Biden’s campaign website also has no specific mention of Colombia. His Latin America foreign policy proposals focus on Central America and migration. However, on October 7, Biden wrote an op-ed in the Colombian newspaper El Tiempo highlighting his plans for United States-Colombia relations as president. The op-ed does not mention Colombia’s Peace Process or use the word peace at all. He opens the op-ed attacking the now defunct M-19 for the takeover of the Palacio de Justica (Supreme Court) in Bogotá in 1985. He writes that this was the moment he decided to work on U.S.-Colombia relations in the Senate. He praises his role in the implementation of Plan Colombia, the huge U.S. military aid package that was accompanied by human rights abuses and the false positive scandal under President Uribe, where the army murdered civilians and dressed them up as guerillas to boost their number of kills. Democratic congressman Rubén Gallego and Gregory Meeks echo this sentiment in an op-ed attacking Colombian interference in the election while hoping to save bipartisan support for military aid for Colombia.

As John Washington outlines in The Intercept, Biden should be ashamed of his role in Plan Colombia, not bragging about in op-eds and on the campaign trail. Unfortunately, Biden’s stance is in line with his general disconnect from the realities of the War on Drugs in Latin America and the criminalization of communities of color in the United States that he promoted while in the Senate. As Dawn Paley highlights in her book Drug War Capitalism, Plan Colombia and the supply side focus of the War on Drugs has had little impact in stopping the flow of drugs into the United States. It has played a much greater role in promoting neoliberal economic policies and securing the extraction of resources from Colombia by multinational corporations. This goes without mentioning the immense human cost that Plan Colombia had in the form of forced displacement, human rights abuses, and corruption in the military.

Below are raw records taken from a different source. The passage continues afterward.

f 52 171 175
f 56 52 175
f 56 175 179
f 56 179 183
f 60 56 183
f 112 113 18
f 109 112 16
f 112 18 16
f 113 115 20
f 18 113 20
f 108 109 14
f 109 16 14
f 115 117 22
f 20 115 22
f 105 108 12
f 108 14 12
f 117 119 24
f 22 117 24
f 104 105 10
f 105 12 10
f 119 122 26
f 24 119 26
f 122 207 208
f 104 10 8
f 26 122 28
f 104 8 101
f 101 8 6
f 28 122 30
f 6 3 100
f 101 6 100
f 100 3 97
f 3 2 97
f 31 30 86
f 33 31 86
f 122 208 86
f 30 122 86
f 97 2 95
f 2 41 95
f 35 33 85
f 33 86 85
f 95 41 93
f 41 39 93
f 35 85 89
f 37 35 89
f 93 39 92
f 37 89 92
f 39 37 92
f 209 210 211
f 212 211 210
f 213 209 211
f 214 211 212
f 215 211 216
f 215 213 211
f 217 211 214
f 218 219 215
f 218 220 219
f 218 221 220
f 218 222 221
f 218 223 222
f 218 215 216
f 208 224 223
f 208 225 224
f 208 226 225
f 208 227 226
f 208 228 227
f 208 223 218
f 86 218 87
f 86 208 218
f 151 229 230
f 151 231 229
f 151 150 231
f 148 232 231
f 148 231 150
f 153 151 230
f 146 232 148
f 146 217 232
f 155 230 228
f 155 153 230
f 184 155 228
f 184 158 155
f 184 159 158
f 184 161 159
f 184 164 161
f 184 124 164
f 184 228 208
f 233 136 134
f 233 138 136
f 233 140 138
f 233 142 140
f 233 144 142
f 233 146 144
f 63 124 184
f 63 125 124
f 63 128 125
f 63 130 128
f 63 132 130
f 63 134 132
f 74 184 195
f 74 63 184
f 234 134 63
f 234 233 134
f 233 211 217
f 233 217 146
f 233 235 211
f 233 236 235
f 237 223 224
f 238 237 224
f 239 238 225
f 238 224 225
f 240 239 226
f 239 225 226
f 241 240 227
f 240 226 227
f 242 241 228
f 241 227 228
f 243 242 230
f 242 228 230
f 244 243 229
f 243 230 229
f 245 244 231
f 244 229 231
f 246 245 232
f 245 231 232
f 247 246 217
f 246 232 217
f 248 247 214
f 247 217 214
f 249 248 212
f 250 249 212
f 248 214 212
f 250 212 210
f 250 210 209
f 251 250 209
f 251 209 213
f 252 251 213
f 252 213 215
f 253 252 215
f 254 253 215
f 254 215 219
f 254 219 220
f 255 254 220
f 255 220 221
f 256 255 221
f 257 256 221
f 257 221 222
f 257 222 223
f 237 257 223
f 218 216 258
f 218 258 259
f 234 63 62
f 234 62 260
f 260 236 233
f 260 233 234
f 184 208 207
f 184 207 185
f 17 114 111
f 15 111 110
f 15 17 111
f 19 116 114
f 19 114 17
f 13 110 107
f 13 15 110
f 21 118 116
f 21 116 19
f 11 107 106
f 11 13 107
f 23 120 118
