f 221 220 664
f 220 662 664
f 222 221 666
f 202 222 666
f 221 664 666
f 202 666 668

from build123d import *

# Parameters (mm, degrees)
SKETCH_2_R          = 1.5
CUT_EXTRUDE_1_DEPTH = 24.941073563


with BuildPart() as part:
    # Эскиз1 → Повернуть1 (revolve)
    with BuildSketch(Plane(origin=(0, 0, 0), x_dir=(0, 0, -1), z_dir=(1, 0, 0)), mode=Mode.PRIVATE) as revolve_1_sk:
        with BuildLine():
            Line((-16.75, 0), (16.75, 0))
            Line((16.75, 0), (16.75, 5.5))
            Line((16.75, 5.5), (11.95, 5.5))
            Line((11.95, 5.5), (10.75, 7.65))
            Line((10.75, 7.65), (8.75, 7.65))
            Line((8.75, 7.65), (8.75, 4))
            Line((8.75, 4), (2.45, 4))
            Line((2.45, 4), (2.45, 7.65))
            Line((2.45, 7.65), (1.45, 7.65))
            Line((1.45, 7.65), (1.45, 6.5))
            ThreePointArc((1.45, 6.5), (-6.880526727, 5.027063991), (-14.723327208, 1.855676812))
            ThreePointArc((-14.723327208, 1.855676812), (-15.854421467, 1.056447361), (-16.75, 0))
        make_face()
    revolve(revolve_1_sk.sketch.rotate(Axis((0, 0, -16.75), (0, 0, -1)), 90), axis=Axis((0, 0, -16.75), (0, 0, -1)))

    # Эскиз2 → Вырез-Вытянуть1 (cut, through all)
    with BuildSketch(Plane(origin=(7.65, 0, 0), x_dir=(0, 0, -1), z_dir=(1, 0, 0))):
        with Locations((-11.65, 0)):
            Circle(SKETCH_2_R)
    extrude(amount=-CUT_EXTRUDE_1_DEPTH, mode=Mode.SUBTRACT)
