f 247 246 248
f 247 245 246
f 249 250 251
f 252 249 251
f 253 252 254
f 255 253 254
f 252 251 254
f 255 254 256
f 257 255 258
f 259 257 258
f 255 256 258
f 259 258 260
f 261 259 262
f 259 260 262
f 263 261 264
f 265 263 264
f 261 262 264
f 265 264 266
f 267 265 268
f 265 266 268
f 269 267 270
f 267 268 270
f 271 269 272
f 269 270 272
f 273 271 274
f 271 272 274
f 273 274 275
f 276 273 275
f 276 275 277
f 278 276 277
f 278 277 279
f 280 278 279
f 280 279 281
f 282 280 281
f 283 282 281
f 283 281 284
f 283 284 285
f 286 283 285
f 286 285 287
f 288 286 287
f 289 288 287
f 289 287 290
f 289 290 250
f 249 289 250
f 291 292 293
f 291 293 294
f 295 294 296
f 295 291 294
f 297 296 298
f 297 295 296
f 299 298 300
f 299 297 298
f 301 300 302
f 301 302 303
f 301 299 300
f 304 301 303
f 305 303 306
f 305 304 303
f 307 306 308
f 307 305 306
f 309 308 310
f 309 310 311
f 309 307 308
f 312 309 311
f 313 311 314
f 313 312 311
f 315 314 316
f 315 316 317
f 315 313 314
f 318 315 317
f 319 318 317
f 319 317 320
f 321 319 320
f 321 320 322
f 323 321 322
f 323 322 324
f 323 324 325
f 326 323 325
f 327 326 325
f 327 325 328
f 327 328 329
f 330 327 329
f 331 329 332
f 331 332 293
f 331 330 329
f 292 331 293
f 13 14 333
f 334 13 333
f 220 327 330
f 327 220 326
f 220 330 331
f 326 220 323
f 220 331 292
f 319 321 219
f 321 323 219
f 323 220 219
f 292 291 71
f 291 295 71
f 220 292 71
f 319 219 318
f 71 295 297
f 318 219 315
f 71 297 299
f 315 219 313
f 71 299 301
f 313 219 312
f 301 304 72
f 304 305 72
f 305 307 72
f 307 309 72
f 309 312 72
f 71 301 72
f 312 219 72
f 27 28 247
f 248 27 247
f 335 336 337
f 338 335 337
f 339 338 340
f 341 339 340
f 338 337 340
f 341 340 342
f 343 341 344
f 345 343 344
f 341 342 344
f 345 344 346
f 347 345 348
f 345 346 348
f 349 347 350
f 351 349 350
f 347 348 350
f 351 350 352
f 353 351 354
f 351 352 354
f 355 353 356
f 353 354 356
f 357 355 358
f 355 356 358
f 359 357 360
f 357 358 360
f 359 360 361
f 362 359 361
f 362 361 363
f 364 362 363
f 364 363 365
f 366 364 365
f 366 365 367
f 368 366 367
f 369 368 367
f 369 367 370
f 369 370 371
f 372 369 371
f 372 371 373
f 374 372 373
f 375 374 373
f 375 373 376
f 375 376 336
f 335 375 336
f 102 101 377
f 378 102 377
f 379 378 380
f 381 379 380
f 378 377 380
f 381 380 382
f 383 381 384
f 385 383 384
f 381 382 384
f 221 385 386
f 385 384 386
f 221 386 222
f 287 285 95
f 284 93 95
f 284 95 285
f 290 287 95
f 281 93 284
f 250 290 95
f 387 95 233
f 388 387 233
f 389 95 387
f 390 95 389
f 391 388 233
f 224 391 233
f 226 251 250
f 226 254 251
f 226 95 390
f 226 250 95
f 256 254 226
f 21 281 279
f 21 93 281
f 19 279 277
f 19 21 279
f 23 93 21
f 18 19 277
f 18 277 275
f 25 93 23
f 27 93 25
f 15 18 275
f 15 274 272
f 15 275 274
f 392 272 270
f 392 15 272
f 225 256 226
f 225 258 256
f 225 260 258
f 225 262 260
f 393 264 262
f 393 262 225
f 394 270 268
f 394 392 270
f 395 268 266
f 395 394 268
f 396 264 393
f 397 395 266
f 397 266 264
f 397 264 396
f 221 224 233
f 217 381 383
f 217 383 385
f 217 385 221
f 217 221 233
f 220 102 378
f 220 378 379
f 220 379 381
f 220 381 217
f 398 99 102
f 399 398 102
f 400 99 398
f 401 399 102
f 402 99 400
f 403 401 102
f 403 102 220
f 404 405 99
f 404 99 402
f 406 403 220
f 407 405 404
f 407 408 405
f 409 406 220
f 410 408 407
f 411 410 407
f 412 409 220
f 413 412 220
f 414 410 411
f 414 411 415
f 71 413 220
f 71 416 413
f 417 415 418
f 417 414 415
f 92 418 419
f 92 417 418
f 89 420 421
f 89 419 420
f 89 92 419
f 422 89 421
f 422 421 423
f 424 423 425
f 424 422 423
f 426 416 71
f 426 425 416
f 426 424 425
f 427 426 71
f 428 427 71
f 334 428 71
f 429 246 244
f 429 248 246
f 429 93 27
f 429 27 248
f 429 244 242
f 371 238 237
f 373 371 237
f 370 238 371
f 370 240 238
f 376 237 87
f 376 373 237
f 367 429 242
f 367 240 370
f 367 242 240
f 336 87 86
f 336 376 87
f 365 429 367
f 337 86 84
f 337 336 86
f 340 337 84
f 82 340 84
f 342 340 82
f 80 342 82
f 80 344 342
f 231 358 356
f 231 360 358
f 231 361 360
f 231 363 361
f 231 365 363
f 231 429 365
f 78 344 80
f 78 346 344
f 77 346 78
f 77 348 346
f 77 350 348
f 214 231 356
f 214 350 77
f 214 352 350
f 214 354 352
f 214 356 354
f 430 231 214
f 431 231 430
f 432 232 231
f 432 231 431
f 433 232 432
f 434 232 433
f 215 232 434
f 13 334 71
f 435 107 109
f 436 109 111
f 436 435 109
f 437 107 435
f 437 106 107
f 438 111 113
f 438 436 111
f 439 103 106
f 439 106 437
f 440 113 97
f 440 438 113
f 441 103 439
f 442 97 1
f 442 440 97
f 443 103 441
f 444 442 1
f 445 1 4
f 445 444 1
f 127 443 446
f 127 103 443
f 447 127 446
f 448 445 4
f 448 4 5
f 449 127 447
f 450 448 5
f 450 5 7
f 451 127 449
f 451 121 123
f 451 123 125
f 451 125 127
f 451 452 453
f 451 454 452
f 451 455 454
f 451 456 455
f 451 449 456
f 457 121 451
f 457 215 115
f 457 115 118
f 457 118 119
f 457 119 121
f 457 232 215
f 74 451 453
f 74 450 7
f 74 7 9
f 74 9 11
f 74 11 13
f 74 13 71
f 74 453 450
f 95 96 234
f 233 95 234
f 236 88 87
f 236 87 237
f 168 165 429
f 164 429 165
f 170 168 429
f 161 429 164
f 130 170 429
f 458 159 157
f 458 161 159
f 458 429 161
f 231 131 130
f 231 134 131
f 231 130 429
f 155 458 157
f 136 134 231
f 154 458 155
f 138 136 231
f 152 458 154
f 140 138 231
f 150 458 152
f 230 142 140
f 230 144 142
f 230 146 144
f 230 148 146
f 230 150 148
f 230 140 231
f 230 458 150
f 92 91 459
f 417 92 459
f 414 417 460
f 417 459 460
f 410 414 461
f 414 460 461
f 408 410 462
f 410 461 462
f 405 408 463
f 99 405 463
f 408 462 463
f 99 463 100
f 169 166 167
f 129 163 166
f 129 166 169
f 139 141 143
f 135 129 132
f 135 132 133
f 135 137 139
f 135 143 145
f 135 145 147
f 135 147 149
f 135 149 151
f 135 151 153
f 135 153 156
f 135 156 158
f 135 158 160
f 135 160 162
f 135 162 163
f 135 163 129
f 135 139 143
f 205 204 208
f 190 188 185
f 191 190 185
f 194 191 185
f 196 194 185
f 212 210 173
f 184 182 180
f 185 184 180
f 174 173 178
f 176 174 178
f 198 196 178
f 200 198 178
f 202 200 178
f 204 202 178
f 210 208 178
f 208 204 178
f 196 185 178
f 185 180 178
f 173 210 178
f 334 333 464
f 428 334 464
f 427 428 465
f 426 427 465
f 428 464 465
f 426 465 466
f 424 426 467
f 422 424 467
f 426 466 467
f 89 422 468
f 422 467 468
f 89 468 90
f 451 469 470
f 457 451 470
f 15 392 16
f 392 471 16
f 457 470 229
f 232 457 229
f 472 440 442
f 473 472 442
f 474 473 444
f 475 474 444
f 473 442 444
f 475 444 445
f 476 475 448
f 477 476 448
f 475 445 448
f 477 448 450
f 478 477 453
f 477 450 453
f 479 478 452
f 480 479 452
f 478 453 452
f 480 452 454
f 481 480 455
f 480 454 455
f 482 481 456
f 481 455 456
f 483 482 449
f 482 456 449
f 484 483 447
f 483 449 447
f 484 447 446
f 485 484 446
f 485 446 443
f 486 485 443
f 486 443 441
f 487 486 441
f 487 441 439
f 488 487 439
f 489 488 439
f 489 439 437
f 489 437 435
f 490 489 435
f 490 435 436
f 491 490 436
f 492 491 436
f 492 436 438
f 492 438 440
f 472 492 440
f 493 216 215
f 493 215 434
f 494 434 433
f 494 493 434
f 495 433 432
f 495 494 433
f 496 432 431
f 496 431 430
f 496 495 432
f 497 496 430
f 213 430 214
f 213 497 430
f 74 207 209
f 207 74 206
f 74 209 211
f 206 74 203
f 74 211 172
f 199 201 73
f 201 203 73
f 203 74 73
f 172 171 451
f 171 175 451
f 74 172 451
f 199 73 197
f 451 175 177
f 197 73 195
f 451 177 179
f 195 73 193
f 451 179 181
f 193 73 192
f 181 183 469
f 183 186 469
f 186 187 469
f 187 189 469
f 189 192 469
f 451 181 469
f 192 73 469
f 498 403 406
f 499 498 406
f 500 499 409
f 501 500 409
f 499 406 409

At a time when a record number of human rights defenders and demobilized guerillas are being killed in Colombia, neither presidential candidate offers much hope for substantial change in U.S.-Colombia policy. Through blatant disregard for the sovereignty of Colombia’s institutions and open disdain for the country’s 2016 Peace Agreement, Trump has shown that he supports the far-right narrative of the national security doctrine and the erosion of democratic norms in both Colombia and the United States. Biden’s views on U.S.-Colombia relations remain stuck in the past and support policies that have enriched a small elite while further marginalizing large parts of the population.

It is more important than ever for those in the United States to continue to show solidarity with the people of Colombia and build links between struggles here and there. Now as the phenomena of right-wing paramilitary violence grows in places like Wisconsin and Michigan and the national security doctrine is deployed against the Black Lives Matter movement and leftists, North Americans have much to learn from the long history of struggles against fascism and imperialism in Latin America.


Cruz Bonlarron Martínez is the Co-Director of the Witness for Peace Solidarity Collective’s Colombia Program.